(Records supplied begins)

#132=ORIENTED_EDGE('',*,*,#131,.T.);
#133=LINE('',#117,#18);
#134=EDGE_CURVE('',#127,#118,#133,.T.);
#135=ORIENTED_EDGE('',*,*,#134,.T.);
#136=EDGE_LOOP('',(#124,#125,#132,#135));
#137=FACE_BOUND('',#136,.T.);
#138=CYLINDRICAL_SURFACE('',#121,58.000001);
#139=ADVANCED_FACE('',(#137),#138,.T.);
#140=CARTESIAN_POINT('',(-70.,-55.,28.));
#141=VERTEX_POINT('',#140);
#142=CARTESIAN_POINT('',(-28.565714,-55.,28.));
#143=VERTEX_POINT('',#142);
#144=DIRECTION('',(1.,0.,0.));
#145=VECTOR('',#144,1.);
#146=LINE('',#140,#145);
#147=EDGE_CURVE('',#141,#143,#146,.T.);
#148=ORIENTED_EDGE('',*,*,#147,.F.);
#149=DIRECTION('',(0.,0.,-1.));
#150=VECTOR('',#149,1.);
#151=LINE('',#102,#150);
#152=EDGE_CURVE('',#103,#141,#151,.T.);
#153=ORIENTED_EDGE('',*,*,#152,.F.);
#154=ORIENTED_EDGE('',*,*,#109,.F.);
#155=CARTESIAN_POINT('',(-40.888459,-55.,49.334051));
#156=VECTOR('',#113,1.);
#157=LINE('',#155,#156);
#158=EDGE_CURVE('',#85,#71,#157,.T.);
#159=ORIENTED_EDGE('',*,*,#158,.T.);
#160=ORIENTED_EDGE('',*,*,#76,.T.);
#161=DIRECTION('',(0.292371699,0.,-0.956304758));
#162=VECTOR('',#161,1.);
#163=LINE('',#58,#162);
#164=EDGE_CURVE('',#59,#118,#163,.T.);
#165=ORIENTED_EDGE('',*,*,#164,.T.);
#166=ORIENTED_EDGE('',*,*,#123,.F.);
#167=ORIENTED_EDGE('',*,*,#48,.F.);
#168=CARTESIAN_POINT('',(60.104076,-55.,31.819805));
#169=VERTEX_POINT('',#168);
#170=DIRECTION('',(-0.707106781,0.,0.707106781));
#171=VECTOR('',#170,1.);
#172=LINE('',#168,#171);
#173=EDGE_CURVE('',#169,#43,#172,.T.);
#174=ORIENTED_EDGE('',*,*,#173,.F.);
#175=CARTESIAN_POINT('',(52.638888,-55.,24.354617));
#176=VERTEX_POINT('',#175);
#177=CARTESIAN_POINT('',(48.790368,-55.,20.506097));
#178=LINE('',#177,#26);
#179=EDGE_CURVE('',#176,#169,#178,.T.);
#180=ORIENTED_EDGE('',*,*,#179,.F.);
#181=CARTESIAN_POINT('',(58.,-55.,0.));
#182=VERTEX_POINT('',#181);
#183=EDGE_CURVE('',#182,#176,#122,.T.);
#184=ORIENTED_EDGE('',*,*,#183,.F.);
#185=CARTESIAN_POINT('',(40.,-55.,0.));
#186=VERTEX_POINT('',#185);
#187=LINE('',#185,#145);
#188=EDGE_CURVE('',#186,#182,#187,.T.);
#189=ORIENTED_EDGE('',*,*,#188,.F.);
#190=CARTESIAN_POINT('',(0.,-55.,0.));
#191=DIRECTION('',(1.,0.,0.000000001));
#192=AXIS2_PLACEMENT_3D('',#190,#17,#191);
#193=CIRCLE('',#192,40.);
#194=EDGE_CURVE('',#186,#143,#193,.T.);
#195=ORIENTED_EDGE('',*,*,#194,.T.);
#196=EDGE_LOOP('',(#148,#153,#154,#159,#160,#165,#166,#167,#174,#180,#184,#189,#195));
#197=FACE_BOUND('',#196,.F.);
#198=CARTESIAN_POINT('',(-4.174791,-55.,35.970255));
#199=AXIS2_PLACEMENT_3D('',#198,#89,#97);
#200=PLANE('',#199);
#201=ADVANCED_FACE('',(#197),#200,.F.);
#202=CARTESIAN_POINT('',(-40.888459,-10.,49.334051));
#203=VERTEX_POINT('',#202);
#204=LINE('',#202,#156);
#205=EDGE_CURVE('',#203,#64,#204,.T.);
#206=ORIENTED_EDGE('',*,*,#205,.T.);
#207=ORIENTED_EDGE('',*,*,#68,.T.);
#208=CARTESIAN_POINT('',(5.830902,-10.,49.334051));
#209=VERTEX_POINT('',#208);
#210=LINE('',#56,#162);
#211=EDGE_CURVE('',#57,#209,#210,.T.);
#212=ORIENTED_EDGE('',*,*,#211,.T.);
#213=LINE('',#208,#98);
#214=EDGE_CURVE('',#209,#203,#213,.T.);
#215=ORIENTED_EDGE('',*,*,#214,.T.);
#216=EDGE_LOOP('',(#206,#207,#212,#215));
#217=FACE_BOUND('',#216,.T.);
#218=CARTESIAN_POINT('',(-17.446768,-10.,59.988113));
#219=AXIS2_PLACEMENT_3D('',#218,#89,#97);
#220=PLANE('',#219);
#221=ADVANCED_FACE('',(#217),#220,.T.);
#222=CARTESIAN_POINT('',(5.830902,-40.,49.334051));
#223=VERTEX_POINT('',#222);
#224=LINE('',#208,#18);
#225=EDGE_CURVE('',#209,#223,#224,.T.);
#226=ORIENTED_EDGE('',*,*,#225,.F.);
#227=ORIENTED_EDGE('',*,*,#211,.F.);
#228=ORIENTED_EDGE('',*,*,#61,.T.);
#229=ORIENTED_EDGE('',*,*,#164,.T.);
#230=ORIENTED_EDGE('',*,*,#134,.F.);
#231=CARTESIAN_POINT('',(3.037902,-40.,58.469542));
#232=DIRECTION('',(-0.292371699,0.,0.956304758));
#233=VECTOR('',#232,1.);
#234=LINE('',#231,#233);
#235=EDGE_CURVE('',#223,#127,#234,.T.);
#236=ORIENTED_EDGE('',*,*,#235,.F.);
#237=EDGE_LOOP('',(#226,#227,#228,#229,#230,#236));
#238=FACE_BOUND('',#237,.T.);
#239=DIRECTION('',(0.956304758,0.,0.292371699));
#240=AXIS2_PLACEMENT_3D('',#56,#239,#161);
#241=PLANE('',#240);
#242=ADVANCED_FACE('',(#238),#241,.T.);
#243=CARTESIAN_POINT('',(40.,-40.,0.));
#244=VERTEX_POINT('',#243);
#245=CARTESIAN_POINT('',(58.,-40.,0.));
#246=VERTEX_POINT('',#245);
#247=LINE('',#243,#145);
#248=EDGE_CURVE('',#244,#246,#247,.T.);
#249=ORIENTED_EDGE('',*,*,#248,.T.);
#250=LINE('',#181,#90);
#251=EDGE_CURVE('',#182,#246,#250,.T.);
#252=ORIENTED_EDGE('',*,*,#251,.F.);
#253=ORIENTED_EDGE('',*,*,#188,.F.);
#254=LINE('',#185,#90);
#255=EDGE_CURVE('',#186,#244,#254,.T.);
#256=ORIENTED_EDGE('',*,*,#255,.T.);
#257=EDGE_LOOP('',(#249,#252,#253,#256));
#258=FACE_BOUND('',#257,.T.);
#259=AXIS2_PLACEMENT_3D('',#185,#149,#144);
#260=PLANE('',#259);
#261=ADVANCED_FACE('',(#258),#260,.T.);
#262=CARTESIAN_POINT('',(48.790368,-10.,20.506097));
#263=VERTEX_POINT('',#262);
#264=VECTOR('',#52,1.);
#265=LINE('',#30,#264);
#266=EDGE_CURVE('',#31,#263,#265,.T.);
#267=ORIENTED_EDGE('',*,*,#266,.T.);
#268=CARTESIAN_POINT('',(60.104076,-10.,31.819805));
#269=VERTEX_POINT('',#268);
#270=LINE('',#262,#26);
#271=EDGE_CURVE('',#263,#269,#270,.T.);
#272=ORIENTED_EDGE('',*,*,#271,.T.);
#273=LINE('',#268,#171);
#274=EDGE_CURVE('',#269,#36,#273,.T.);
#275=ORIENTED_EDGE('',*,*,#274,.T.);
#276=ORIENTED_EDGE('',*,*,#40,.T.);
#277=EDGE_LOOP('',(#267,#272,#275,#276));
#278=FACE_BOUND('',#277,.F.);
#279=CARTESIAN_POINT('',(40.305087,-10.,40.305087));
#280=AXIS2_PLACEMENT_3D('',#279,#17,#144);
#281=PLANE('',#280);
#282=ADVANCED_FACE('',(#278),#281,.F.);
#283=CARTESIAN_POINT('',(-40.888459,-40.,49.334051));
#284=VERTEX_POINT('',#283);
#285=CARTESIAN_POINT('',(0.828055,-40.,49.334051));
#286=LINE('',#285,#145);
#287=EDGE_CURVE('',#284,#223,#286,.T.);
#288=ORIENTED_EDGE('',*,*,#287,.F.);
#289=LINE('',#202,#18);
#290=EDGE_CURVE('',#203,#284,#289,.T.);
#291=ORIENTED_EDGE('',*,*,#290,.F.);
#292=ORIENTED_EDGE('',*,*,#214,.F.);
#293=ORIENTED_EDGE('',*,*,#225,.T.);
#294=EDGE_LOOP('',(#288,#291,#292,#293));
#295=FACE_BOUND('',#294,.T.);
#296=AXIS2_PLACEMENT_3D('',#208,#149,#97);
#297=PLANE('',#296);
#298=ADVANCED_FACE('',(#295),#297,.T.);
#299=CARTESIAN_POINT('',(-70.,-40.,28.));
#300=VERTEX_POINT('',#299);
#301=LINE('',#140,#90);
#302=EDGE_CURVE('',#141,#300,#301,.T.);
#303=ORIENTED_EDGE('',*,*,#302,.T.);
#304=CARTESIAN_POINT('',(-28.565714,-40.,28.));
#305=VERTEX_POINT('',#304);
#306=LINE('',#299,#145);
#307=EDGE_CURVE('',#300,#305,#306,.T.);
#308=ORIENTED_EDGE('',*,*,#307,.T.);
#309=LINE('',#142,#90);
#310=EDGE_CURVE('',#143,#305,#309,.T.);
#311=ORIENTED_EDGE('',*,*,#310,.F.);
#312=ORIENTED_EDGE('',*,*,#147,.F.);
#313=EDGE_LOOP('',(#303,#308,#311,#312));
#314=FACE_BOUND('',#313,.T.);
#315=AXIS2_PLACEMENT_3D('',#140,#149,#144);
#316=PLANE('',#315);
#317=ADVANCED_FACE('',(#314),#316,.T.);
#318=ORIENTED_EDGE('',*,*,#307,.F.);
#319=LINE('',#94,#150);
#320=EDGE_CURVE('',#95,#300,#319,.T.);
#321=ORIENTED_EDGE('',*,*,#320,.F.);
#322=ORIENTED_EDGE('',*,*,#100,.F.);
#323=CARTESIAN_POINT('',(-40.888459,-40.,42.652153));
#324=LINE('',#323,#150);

(Records supplied ends)

### [Aim of the task]
Return each line of the material above that holds the string "DIRECTION".

### [Written answer]
#144=DIRECTION('',(1.,0.,0.));
#149=DIRECTION('',(0.,0.,-1.));
#161=DIRECTION('',(0.292371699,0.,-0.956304758));
#170=DIRECTION('',(-0.707106781,0.,0.707106781));
#191=DIRECTION('',(1.,0.,0.000000001));
#232=DIRECTION('',(-0.292371699,0.,0.956304758));
#239=DIRECTION('',(0.956304758,0.,0.292371699));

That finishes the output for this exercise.